Inua: I was born in Jos, plateau State and I came to the UK in 1996

Belinda: When did the muse of poetry discover you?

Inua: It was in Dublin. I lived in Dublin for two years and it was through one of my teachers, that was where the love came in. He taught us a lot of Shakespeare and you either loved it or hated it.

Belinda: What inspires you as an individual, an artist and are there other sources you get inspiration from?

Inua: I am inspired by language itself. I am inspired by the sense that there is a vague order to everything. You can trace how things happen and that they happen for a reason. I am inspired by life and also by the hip-hop generation, the cultural and social braggadocio, the beauty and the idea that one man is talking about and representing where he is form and strutting down the street with nothing to show for it except his words. I am inspired by classic writers, people like John Keats, William Wordsworth, William Shakespeare, an American poet called Saul Williams, another called major Jackson and a host of British writers

Belinda: When did you start sharing your work publicly?

Inua: 2004

Belinda: You have performed at a number of prestigious venues, which one stands out and why?

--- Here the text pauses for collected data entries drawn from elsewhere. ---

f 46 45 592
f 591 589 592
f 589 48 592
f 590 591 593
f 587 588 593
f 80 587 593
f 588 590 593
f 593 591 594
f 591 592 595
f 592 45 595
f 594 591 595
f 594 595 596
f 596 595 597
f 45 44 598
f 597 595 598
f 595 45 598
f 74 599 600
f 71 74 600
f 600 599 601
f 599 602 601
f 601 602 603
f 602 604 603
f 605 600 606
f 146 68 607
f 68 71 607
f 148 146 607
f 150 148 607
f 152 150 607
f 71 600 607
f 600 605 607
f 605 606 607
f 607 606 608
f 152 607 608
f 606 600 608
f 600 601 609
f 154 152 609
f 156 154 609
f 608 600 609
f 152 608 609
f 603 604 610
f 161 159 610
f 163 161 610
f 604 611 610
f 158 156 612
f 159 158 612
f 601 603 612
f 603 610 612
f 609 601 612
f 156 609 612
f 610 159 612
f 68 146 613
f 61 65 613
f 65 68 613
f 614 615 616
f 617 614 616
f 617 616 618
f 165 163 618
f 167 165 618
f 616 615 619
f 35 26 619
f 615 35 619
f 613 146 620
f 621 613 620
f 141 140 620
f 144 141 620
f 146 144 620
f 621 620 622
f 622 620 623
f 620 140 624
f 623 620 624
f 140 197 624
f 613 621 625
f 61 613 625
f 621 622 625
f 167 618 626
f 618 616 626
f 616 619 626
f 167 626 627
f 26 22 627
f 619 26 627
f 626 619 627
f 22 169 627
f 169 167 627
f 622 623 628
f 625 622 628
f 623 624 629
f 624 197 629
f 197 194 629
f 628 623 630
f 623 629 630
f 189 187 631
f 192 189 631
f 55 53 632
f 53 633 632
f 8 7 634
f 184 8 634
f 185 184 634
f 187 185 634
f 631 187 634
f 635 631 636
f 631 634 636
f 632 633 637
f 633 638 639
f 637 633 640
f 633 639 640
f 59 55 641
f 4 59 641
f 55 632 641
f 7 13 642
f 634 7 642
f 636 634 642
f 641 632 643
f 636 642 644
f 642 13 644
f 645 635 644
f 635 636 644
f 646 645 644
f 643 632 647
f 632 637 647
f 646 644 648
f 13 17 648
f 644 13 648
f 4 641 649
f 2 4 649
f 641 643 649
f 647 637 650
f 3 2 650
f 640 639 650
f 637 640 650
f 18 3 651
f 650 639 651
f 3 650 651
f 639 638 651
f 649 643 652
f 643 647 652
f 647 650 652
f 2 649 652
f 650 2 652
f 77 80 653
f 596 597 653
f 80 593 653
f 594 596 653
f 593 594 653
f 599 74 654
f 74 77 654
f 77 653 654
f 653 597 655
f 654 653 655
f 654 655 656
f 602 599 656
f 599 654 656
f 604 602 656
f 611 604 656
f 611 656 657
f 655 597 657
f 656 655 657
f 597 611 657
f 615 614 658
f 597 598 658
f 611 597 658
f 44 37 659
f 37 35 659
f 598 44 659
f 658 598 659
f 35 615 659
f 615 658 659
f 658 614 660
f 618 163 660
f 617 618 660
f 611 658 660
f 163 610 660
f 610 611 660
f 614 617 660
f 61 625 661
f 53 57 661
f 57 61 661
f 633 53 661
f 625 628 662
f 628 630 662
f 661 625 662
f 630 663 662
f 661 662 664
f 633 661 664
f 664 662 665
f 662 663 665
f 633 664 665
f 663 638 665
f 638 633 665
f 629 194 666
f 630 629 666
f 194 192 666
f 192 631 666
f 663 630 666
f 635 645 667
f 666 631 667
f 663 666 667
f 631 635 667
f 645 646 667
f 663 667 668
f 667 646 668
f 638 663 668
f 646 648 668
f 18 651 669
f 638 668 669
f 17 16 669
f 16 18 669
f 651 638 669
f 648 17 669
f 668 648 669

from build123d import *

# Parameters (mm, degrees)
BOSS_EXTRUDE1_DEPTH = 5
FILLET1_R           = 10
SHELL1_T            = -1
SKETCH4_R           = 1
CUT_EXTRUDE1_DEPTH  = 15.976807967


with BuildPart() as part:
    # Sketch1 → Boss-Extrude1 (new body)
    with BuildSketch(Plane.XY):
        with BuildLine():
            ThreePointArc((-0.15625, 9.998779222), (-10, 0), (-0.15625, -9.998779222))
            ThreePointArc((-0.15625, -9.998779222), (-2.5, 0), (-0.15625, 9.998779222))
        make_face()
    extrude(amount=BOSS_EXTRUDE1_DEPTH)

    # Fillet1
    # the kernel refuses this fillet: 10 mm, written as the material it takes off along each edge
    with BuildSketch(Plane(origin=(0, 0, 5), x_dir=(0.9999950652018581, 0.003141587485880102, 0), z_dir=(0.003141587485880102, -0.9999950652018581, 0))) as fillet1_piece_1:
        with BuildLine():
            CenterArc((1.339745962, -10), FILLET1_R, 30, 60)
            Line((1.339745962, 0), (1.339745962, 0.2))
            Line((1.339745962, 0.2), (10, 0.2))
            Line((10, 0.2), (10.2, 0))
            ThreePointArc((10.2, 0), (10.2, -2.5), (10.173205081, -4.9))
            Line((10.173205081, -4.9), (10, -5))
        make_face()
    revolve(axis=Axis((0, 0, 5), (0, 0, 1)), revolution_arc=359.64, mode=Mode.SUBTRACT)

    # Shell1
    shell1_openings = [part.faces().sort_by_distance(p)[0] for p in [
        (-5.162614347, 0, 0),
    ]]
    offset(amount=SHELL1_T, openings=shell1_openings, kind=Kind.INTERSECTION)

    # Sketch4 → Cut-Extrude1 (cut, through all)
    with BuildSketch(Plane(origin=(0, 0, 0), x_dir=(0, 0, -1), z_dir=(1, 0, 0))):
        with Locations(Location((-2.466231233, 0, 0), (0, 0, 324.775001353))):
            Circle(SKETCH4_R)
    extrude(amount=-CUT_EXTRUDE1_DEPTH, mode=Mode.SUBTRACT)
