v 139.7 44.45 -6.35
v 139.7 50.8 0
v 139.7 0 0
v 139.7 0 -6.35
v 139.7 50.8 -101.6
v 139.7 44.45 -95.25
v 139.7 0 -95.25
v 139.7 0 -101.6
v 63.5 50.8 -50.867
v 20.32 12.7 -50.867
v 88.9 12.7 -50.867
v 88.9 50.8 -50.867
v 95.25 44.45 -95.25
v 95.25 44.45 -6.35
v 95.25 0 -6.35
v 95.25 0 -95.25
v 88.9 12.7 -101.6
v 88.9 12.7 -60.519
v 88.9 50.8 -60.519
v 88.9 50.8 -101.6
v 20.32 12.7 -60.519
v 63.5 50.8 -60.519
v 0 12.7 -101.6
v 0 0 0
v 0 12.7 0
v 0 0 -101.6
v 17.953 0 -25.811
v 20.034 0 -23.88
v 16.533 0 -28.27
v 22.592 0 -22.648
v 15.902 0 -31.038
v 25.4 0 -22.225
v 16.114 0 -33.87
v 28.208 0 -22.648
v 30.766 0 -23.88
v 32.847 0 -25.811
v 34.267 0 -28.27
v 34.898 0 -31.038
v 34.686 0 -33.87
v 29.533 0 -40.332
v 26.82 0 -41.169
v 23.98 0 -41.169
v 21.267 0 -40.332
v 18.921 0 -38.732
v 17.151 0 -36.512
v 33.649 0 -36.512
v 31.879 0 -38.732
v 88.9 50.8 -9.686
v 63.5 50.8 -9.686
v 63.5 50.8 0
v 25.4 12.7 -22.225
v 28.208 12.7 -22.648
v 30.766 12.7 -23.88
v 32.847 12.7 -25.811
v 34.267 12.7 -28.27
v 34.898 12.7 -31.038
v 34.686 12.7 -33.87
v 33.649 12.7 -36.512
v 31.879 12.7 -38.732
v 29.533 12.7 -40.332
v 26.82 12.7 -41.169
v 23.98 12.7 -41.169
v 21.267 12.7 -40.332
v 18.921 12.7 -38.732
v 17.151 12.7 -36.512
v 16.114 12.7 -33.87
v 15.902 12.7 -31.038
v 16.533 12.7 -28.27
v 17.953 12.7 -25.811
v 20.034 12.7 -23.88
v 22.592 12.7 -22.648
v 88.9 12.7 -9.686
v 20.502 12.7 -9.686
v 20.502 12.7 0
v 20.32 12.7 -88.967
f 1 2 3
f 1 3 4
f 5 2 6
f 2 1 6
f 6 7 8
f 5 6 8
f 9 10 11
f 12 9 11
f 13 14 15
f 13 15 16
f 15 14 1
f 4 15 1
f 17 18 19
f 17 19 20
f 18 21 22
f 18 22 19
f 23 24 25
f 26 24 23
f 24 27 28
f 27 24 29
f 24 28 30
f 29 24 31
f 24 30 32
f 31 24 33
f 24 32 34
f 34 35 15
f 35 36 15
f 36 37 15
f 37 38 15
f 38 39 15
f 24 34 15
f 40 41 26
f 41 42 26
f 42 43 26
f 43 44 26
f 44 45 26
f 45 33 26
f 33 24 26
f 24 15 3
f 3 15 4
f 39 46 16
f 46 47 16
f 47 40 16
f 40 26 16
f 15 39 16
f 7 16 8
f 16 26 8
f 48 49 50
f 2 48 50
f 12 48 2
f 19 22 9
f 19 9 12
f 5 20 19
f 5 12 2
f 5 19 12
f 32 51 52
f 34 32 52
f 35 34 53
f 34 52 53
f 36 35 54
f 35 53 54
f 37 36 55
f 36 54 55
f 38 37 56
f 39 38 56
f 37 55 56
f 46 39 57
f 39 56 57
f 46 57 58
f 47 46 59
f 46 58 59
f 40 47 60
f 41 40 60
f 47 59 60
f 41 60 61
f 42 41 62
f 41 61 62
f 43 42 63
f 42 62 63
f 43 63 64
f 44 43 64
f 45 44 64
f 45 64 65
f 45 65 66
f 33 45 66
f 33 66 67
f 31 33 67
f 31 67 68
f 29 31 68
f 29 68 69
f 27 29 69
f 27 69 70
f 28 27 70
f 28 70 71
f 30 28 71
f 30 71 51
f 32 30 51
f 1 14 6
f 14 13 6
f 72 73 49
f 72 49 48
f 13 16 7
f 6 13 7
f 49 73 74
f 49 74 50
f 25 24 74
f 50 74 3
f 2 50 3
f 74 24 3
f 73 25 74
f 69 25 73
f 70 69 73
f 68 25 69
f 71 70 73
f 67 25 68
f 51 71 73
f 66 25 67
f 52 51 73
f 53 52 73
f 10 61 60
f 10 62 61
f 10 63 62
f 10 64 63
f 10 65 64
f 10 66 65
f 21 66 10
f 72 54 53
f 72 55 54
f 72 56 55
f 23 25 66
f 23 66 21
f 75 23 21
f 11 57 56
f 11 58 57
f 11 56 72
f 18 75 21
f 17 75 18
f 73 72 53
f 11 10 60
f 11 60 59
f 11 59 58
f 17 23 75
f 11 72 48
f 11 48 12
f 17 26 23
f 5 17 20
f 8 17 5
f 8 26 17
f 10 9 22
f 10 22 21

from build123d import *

# Parameters (mm, degrees)
SKETCH1_W            = 139.7
SKETCH1_H            = 101.6
BOSS_EXTRUDE1_DEPTH  = 12.7
SKETCH2_W            = 44.45
SKETCH2_H            = 6.35
BOSS_EXTRUDE2_DEPTH  = 31.75
SKETCH3_W            = 44.45
SKETCH3_H            = 6.35
BOSS_EXTRUDE3_DEPTH  = 31.75
SKETCH4_W            = 6.35
SKETCH4_H            = 101.6
BOSS_EXTRUDE4_DEPTH  = 31.75
SKETCH5_W            = 50.8
SKETCH5_H            = 101.6
BOSS_EXTRUDE5_DEPTH  = 6.35
SKETCH7_W            = 44.45
SKETCH7_H            = 88.9
BOSS_EXTRUDE7_DEPTH  = 12.7
SKETCH9_W            = 44.45
SKETCH9_H            = 88.9
CUT_EXTRUDE1_DEPTH   = 12.7
SKETCH10_W           = 25.218134922
SKETCH10_H           = 9.68567434
BOSS_EXTRUDE8_DEPTH  = 38.1
SKETCH11_W           = 25.4
SKETCH11_H           = 9.652
BOSS_EXTRUDE9_DEPTH  = 38.1
SKETCH12_R           = 9.525
CUT_EXTRUDE2_DEPTH   = 38.1
SKETCH13_W           = 43.179728204
SKETCH13_H           = 9.652
BOSS_EXTRUDE10_DEPTH = 38.1
SKETCH14_W           = 43.18
SKETCH14_H           = 9.68567434
BOSS_EXTRUDE11_DEPTH = 38.1
CUT_EXTRUDE8_START   = -9.68567434
CUT_EXTRUDE8_DEPTH   = 9.68567434
CUT_EXTRUDE10_DEPTH  = 38.1


# Read off the part's stored shape, not the designer's step: Cut-Extrude8
with BuildPart() as part:
    # Sketch1 → Boss-Extrude1 (new body)
    with BuildSketch(Plane(origin=(0, 0, 0), x_dir=(1, 0, 0), z_dir=(0, 1, 0))):
        with Locations((69.85, 50.8)):
            Rectangle(SKETCH1_W, SKETCH1_H)
    extrude(amount=BOSS_EXTRUDE1_DEPTH)

    # Sketch2 → Boss-Extrude2 (add)
    with BuildSketch(Plane(origin=(0, 12.7, 0), x_dir=(1, 0, 0), z_dir=(0, 1, 0))):
        with Locations((117.475, 3.175)):
            Rectangle(SKETCH2_W, SKETCH2_H)
    extrude(amount=BOSS_EXTRUDE2_DEPTH)

    # Sketch3 → Boss-Extrude3 (add)
    with BuildSketch(Plane(origin=(0, 12.7, 0), x_dir=(1, 0, 0), z_dir=(0, 1, 0))):
        with Locations((117.475, 98.425)):
            Rectangle(SKETCH3_W, SKETCH3_H)
    extrude(amount=BOSS_EXTRUDE3_DEPTH)

    # Sketch4 → Boss-Extrude4 (add)
    with BuildSketch(Plane(origin=(0, 12.7, 0), x_dir=(1, 0, 0), z_dir=(0, 1, 0))):
        with Locations((92.075, 50.8)):
            Rectangle(SKETCH4_W, SKETCH4_H)
    extrude(amount=BOSS_EXTRUDE4_DEPTH)

    # Sketch5 → Boss-Extrude5 (add)
    with BuildSketch(Plane(origin=(0, 44.45, 0), x_dir=(1, 0, 0), z_dir=(0, 1, 0))):
        with Locations((114.3, 50.8)):
            Rectangle(SKETCH5_W, SKETCH5_H)
    extrude(amount=BOSS_EXTRUDE5_DEPTH)

    # Sketch7 → Boss-Extrude7 (add)
    with BuildSketch(Plane(origin=(0, 12.7, 0), x_dir=(1, 0, 0), z_dir=(0, 1, 0))):
        with Locations((117.475, 50.8)):
            Rectangle(SKETCH7_W, SKETCH7_H)
    extrude(amount=-BOSS_EXTRUDE7_DEPTH)

    # Sketch9 → Cut-Extrude1 (cut)
    with BuildSketch(Plane(origin=(0, 12.7, 0), x_dir=(1, 0, 0), z_dir=(0, 1, 0))):
        with Locations((117.475, 50.8)):
            Rectangle(SKETCH9_W, SKETCH9_H)
    extrude(amount=-CUT_EXTRUDE1_DEPTH, mode=Mode.SUBTRACT)

    # Sketch10 → Boss-Extrude8 (add)
    with BuildSketch(Plane(origin=(0, 12.7, 0), x_dir=(1, 0, 0), z_dir=(0, 1, 0))):
        with Locations((76.290932539, 4.84283717)):
            Rectangle(SKETCH10_W, SKETCH10_H)
    extrude(amount=BOSS_EXTRUDE8_DEPTH)

    # Sketch11 → Boss-Extrude9 (add)
    with BuildSketch(Plane(origin=(0, 12.7, 0), x_dir=(1, 0, 0), z_dir=(0, 1, 0))):
        with Locations((76.2, 55.693142425)):
            Rectangle(SKETCH11_W, SKETCH11_H)
    extrude(amount=BOSS_EXTRUDE9_DEPTH)

    # Sketch12 → Cut-Extrude2 (cut)
    with BuildSketch(Plane(origin=(0, 12.7, 0), x_dir=(1, 0, 0), z_dir=(0, 1, 0))):
        with Locations(Location((25.4, 31.75, 0), (0, 0, 270))):
            Circle(SKETCH12_R)
    extrude(amount=-CUT_EXTRUDE2_DEPTH, mode=Mode.SUBTRACT)

    # Sketch13 → Boss-Extrude10 (add)
    with BuildSketch(Plane(origin=(0, 12.7, 0), x_dir=(1, 0, 0), z_dir=(0, 1, 0))):
        with Locations((41.910135898, 55.693142425)):
            Rectangle(SKETCH13_W, SKETCH13_H)
    extrude(amount=BOSS_EXTRUDE10_DEPTH)

    # Sketch14 → Boss-Extrude11 (add)
    with BuildSketch(Plane(origin=(0, 12.7, 0), x_dir=(1, 0, 0), z_dir=(0, 1, 0))):
        with Locations((42.091865078, 4.84283717)):
            Rectangle(SKETCH14_W, SKETCH14_H)
    extrude(amount=BOSS_EXTRUDE11_DEPTH)

    # Cut-Extrude8 outline → Cut-Extrude8 (cut)
    with BuildSketch(Plane.XY.offset(CUT_EXTRUDE8_START)):
        Polygon((20.501865078, 50.8), (20.501865078, 12.7), (63.500271796, 50.8), align=None)
    extrude(amount=CUT_EXTRUDE8_DEPTH, mode=Mode.SUBTRACT)

    # Sketch16 → Cut-Extrude10 (cut)
    with BuildSketch(Plane.XY.offset(-50.867142425)):
        Polygon((20.320271796, 12.7), (20.320271796, 50.8), (63.500271796, 50.8), align=None)
    extrude(amount=-CUT_EXTRUDE10_DEPTH, mode=Mode.SUBTRACT)


solid = part.part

Inua: It is not necessarily about venues. Most of the time, I don’t remember venues but I remember the performances and audience. One of the most intimate things was in a bookshop at a filling station in a shopping mall, off the motor way and it was in a Borders bookshop. I just sat down and it was two people and I just read poems to them. In regards to the bigger venues, one thing I remember is reading poems on the bus, just standing up and reading poetry. Another thing was the first time I performed the 14th tale and it was at the Arcola theatre and the audience was…let’s say about 25 per cent of them were my friends and it was a very warm intimate crowd and everything was perfect for testing out the audience. And then the Royal Albert Hall was good. A huge monumental landmark and in the basement, I read at the launch of an exhibition to people dressed in bow ties and ball gowns. I walked on stage and shouted at them until they came close and then I read them poems and that was memorable because of how strange that experience was and the people that were there.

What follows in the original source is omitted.